Pubblicato il 21/11/2022

N. 15408/2022 REG.PROV.COLL.

N. 01147/2018 REG.RIC.

REPUBBLICA ITALIANA

IN NOME DEL POPOLO ITALIANO

Il Tribunale Amministrativo Regionale per il Lazio

(Sezione Quinta Bis)

ha pronunciato la presente

SENTENZA

sul ricorso numero di registro generale 1147 del 2018, proposto da-OMISSIS-, rappresentato e difeso dall'avvocato G V, con domicilio digitale come da PEC da Registri di Giustizia e domicilio eletto presso lo studio dell’avv. V G in Roma, via Ugo De Carolis, successivamente rappresentato e difeso dagli avvocati S N, E B, con domicilio digitale come da PEC da Registri di Giustizia e domicilio eletto presso lo studio dell’avv. A S in Roma, viale Carso 23;

contro

Ministero dell'Interno, in persona del Ministro in carica, rappresentato e difeso dall'Avvocatura Generale dello Stato, domiciliataria ex lege in Roma, via dei Portoghesi, 12;

per l'annullamento del decreto del Ministero dell'interno di rigetto dell’istanza avente ad oggetto la concessione della cittadinanza italiana


Visti il ricorso e i relativi allegati.

Visto l'atto di costituzione in giudizio di Ministero dell'Interno.

Visti tutti gli atti della causa.

Visto l'art. 87, comma 4-bis, cod.proc.amm..

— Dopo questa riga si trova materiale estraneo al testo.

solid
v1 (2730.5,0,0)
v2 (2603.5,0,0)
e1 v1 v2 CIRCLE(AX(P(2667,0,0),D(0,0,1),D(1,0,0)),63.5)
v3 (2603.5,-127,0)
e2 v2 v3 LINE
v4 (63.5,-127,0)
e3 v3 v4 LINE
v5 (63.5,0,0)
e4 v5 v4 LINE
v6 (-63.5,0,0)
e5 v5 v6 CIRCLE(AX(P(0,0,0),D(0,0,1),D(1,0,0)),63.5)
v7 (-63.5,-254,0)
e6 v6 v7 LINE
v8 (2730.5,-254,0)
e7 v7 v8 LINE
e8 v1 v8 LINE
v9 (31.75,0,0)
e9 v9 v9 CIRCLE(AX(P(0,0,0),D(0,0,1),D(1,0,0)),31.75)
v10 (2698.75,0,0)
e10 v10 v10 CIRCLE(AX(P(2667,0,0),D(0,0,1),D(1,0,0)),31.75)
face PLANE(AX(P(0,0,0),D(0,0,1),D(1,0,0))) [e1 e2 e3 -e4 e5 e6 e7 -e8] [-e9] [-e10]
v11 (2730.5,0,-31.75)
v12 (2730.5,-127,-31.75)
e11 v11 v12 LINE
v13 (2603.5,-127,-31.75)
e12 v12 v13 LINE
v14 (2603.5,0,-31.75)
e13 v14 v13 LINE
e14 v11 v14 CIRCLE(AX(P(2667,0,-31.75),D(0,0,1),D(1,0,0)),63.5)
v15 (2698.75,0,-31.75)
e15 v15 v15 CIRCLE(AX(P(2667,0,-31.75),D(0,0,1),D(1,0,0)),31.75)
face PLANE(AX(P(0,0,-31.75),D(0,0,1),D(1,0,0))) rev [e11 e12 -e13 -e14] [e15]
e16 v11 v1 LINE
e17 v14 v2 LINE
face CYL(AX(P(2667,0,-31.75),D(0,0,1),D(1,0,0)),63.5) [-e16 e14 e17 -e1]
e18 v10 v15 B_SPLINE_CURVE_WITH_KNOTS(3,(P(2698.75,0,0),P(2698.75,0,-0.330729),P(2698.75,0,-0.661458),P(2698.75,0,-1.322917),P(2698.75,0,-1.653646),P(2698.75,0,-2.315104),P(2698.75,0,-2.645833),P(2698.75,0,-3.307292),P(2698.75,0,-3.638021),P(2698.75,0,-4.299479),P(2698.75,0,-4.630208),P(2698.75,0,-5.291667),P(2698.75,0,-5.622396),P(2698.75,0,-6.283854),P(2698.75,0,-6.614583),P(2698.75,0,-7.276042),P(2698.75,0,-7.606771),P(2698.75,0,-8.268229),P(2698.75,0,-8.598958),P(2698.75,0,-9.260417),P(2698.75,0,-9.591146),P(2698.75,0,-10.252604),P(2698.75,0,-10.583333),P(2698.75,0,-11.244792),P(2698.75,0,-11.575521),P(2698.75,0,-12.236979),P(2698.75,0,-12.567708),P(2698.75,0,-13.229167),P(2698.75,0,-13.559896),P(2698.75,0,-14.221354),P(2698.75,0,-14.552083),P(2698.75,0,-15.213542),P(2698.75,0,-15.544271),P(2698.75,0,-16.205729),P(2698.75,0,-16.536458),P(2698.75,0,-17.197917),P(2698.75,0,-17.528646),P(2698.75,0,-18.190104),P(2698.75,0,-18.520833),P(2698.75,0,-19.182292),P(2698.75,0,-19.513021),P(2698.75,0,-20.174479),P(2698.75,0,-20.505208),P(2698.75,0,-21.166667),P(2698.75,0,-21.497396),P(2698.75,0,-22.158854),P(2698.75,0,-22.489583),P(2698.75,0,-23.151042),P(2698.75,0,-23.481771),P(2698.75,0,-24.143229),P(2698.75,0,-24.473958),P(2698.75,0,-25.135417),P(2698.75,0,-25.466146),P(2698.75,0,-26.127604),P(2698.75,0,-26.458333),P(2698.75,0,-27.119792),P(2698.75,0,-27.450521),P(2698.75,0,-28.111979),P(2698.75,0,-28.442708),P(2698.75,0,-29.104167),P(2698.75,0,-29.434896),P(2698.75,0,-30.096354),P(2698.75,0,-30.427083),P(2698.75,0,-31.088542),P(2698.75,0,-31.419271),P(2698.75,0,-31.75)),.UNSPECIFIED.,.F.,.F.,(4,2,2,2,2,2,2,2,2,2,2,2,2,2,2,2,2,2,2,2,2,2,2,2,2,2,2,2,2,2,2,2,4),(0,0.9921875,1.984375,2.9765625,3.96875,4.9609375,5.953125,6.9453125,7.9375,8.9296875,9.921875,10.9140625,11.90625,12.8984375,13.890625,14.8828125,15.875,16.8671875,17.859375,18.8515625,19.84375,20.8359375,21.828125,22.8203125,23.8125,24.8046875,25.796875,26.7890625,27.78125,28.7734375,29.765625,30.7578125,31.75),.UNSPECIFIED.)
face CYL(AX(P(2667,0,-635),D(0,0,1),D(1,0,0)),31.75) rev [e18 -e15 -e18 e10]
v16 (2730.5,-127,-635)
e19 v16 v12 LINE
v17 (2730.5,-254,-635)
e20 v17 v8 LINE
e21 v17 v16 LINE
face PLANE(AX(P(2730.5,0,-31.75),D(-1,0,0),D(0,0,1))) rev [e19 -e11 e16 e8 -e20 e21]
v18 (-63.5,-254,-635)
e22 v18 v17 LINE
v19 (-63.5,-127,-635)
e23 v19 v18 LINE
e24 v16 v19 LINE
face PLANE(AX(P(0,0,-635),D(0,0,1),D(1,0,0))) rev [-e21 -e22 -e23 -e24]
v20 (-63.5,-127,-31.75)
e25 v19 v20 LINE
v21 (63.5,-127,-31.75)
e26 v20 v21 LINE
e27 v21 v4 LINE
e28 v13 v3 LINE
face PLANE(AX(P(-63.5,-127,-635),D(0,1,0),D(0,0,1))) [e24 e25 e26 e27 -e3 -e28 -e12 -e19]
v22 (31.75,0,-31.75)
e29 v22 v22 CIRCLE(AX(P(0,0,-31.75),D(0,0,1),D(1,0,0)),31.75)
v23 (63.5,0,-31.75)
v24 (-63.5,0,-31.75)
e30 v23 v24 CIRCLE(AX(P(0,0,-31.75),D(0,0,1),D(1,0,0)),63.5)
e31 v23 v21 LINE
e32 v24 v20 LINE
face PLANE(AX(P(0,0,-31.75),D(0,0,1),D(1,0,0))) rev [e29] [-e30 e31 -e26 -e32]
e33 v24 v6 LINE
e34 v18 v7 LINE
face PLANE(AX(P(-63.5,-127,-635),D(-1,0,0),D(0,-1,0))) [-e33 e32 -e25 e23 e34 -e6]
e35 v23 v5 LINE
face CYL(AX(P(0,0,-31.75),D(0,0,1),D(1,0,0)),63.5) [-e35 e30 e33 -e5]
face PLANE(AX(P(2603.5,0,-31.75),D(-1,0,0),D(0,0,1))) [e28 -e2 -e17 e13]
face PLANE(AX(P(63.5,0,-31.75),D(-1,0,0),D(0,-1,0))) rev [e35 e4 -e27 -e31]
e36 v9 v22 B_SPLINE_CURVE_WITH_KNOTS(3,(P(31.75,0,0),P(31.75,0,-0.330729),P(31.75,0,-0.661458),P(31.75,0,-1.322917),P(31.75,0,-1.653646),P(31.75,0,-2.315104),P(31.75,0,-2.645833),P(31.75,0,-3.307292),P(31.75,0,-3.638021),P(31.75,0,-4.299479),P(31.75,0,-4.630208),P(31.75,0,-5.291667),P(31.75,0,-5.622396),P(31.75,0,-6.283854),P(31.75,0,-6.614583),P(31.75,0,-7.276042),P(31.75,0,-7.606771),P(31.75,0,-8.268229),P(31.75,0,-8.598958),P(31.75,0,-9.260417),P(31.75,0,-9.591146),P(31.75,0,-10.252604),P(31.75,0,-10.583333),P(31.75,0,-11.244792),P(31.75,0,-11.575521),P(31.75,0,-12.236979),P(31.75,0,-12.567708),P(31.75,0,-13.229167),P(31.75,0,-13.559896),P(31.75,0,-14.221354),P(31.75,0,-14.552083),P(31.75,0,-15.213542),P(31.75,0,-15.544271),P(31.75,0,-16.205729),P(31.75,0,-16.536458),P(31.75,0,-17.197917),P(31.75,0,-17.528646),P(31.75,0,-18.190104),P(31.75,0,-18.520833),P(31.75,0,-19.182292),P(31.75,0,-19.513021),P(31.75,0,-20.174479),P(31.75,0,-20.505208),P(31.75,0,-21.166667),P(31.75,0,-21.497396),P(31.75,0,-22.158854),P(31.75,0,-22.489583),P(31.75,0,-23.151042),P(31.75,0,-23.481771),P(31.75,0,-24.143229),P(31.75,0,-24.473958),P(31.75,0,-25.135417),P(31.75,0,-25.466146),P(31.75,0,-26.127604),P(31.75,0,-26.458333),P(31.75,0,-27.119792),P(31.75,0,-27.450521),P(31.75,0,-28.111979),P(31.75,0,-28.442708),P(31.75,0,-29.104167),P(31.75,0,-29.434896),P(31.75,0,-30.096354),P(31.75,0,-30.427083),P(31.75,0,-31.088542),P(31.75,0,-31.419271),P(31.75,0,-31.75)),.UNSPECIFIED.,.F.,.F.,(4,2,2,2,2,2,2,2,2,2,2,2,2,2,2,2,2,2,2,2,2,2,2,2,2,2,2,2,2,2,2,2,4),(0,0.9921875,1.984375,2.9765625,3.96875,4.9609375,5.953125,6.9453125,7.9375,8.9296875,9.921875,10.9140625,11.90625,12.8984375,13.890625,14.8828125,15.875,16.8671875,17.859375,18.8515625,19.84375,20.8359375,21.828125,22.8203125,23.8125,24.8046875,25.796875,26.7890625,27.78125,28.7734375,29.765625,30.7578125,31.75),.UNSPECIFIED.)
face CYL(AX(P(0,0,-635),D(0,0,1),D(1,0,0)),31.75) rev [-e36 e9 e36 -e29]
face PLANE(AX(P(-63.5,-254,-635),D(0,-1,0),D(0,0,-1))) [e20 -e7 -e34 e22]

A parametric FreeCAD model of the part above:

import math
import FreeCAD as App
import Part
import Sketcher
Q = App.Units.Quantity


def add_polygon(sketch, points):
    """Adds a closed chain of lines whose ends are joined by coincident constraints."""
    first, n = sketch.GeometryCount, len(points)
    for a, b in zip(points, points[1:] + points[:1]):
        sketch.addGeometry(Part.LineSegment(App.Vector(*a, 0), App.Vector(*b, 0)), False)
    for i in range(n):
        sketch.addConstraint(Sketcher.Constraint("Coincident", first + i, 2, first + (i + 1) % n, 1))

doc = App.newDocument("Part")
params = doc.addObject("Spreadsheet::Sheet", "Params")
for row, (alias, value) in enumerate([
    ("sketch1_radius", "2.5 in"),
    ("pad1_length", "1.25 in"),
    ("sketch2_width", "110 in"),
    ("sketch2_height", "5 in"),
    ("pad2_length", "25 in"),
    ("sketch3_diameter", "2.5 in"),
], start=1):
    params.set(f"A{row}", alias)
    params.set(f"B{row}", "=" + value)
    params.setAlias(f"B{row}", alias)

body = doc.addObject("PartDesign::Body", "Body")
body.AllowCompound = True

# Sketch on XY plane
sketch1 = doc.addObject("Sketcher::SketchObject", "Sketch")
body.addObject(sketch1)
sketch1.AttachmentSupport = (doc.XY_Plane, [""])
sketch1.MapMode = "FlatFace"
sketch1.addGeometry([
    Part.ArcOfCircle(Part.Circle(App.Vector(0, 0, 0), App.Vector(0, 0, 1), 64), math.radians(0), math.radians(180)),  # 0
    Part.LineSegment(App.Vector(-64, 0, 0), App.Vector(-64, -127, 0)),  # 1
    Part.LineSegment(App.Vector(-64, -127, 0), App.Vector(64, -127, 0)),  # 2
    Part.LineSegment(App.Vector(64, -127, 0), App.Vector(64, 0, 0)),  # 3
    Part.ArcOfCircle(Part.Circle(App.Vector(2667, 0, 0), App.Vector(0, 0, 1), 64), math.radians(0), math.radians(180)),  # 4
    Part.LineSegment(App.Vector(2604, 0, 0), App.Vector(2604, -127, 0)),  # 5
    Part.LineSegment(App.Vector(2604, -127, 0), App.Vector(2730, -127, 0)),  # 6
    Part.LineSegment(App.Vector(2730, -127, 0), App.Vector(2730, 0, 0)),  # 7
], False)
sketch1.addConstraint([
    Sketcher.Constraint("Tangent", 0, 2, 1, 1),
    Sketcher.Constraint("Coincident", 1, 2, 2, 1),
    Sketcher.Constraint("Coincident", 2, 2, 3, 1),
    Sketcher.Constraint("Tangent", 3, 2, 0, 1),
    Sketcher.Constraint("Tangent", 4, 2, 5, 1),
    Sketcher.Constraint("Coincident", 5, 2, 6, 1),
    Sketcher.Constraint("Coincident", 6, 2, 7, 1),
    Sketcher.Constraint("Tangent", 7, 2, 4, 1),
    Sketcher.Constraint("Vertical", 1),
    Sketcher.Constraint("Horizontal", 2),
    Sketcher.Constraint("Vertical", 3),
    Sketcher.Constraint("Vertical", 5),
    Sketcher.Constraint("Horizontal", 6),
    Sketcher.Constraint("Vertical", 7),
    Sketcher.Constraint("Coincident", 0, 3, -1, 1),
    Sketcher.Constraint("Equal", 0, 4),
    Sketcher.Constraint("PointOnObject", 4, 3, -1),
    Sketcher.Constraint("Horizontal", 2, 2, 5, 2),
    Sketcher.Constraint("Equal", 6, 1),
    Sketcher.Constraint("Radius", 0, Q("2.5 in")),
    Sketcher.Constraint("DistanceX", -1, 1, 4, 3, Q("105 in")),
])
sketch1.setExpression("Constraints[19]", "Params.sketch1_radius")
pad1 = doc.addObject("PartDesign::Pad", "Pad")
body.addObject(pad1)
pad1.Profile = sketch1
pad1.setExpression("Length", "Params.pad1_length")
pad1.Reversed = True

# Sketch on XY plane
sketch2 = doc.addObject("Sketcher::SketchObject", "Sketch001")
body.addObject(sketch2)
sketch2.AttachmentSupport = (doc.XY_Plane, [""])
sketch2.MapMode = "FlatFace"
add_polygon(sketch2, [(-64, -127), (-64, -254), (2730, -254), (2730, -127)])  # lines 0-3
sketch2.addConstraint([
    Sketcher.Constraint("Vertical", 0),
    Sketcher.Constraint("Horizontal", 1),
    Sketcher.Constraint("Vertical", 2),
    Sketcher.Constraint("Horizontal", 3),
    Sketcher.Constraint("DistanceX", 1, 1, 1, 2, Q("110 in")),
    Sketcher.Constraint("DistanceY", 0, 2, 0, 1, Q("5 in")),
    Sketcher.Constraint("DistanceY", 0, 2, -1, 1, Q("10 in")),
    Sketcher.Constraint("DistanceX", 0, 2, -1, 1, Q("2.5 in")),
])
sketch2.setExpression("Constraints[8]", "Params.sketch2_width")
sketch2.setExpression("Constraints[9]", "Params.sketch2_height")
pad2 = doc.addObject("PartDesign::Pad", "Pad001")
body.addObject(pad2)
pad2.Profile = sketch2
pad2.setExpression("Length", "Params.pad2_length")
pad2.Reversed = True

# Sketch on XY plane
sketch3 = doc.addObject("Sketcher::SketchObject", "Sketch002")
body.addObject(sketch3)
sketch3.AttachmentSupport = (doc.XY_Plane, [""])
sketch3.MapMode = "FlatFace"
sketch3.addGeometry([
    Part.Circle(App.Vector(0, 0, 0), App.Vector(0, 0, 1), 32),
    Part.Circle(App.Vector(2667, 0, 0), App.Vector(0, 0, 1), 32),
], False)
sketch3.addConstraint([
    Sketcher.Constraint("Coincident", 0, 3, -1, 1),
    Sketcher.Constraint("Equal", 0, 1),
    Sketcher.Constraint("PointOnObject", 1, 3, -1),
    Sketcher.Constraint("Diameter", 0, Q("2.5 in")),
    Sketcher.Constraint("DistanceX", -1, 1, 1, 3, Q("105 in")),
])
sketch3.setExpression("Constraints[3]", "Params.sketch3_diameter")
pocket1 = doc.addObject("PartDesign::Pocket", "Pocket")
body.addObject(pocket1)
pocket1.Profile = sketch3
pocket1.Type = "ThroughAll"

doc.recompute()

Relatore all'udienza straordinaria di smaltimento dell'arretrato del giorno 24 ottobre 2022 la dott.ssa Ida Tascone e uditi per le parti i difensori come specificato nel verbale.

Ritenuto e considerato in fatto e diritto quanto segue.


FATTO e DIRITTO

Con ricorso notificato il 9 gennaio 2018 e depositato il 31 gennaio 2018 il ricorrente, cittadino albanese, ha impugnato il decreto n.-OMISSIS- del 12 ottobre 2017, notificato in data 11 novembre 2017, con il quale il Ministero dell’Interno ha respinto l’istanza presentata il giorno 8 maggio 2014, volta alla concessione della cittadinanza italiana ai sensi dell’art. 9 comma 1 lett. f) della L. n. 91 del 05 febbraio 1992.

Per quanto di interesse ai fini del presente giudizio, nell’ambito dell’istruttoria prodromica alla definizione del richiesto provvedimento concessorio, il Ministero ha rilevato che il ricorrente era stato coinvolto in una complessa vicenda penale sottoposta al vaglio del Tribunale di -OMISSIS- che lo aveva visto imputato:

a. dei reati di cui agli artt. 605, 61 n. 2, 110 c.p. (sequestro di persona aggravata in concorso);

b. dei reati di cui agli artt. art. 589 c.p. (omicidio colposo), art. 3 n. 8 e art. 4 n. 1 L. 75/1958 (sfruttamento aggravato della prostituzione), art. 609 bis c.p. (violenza sessuale), art. 3 n. 5 e art. 4 n. 1 L. 75/1958 (induzione aggravata alla prostituzione);

per condotte perfezionatesi nell’anno 1998.

In particolare, l’autorità procedente ha constatato che

- che il pregiudizio sub a si era concluso con una pronuncia pre-dibattimentale di non luogo a procedere per intervenuta prescrizione, disposto dal Giudice dell’udienza preliminare con sentenza del 17 marzo 2009;

- che il pregiudizio sub b si era concluso con una pronuncia dibattimentale di non doversi proecedere, sempre per intervenuta prescrizione sancito dal Tribunale di -OMISSIS- con sentenza del 11 marzo 2015;

ma, nondimeno, ha ravvisato nelle evidenze fattuali ivi desumibili elementi necessari e sufficienti per fondare un giudizio di “non coincidenza” tra l’interesse del ricorrente al conseguimento della cittadinanza e quello dell’ordinamento al suo stabile e definitivo inserimento nella comunità nazionale.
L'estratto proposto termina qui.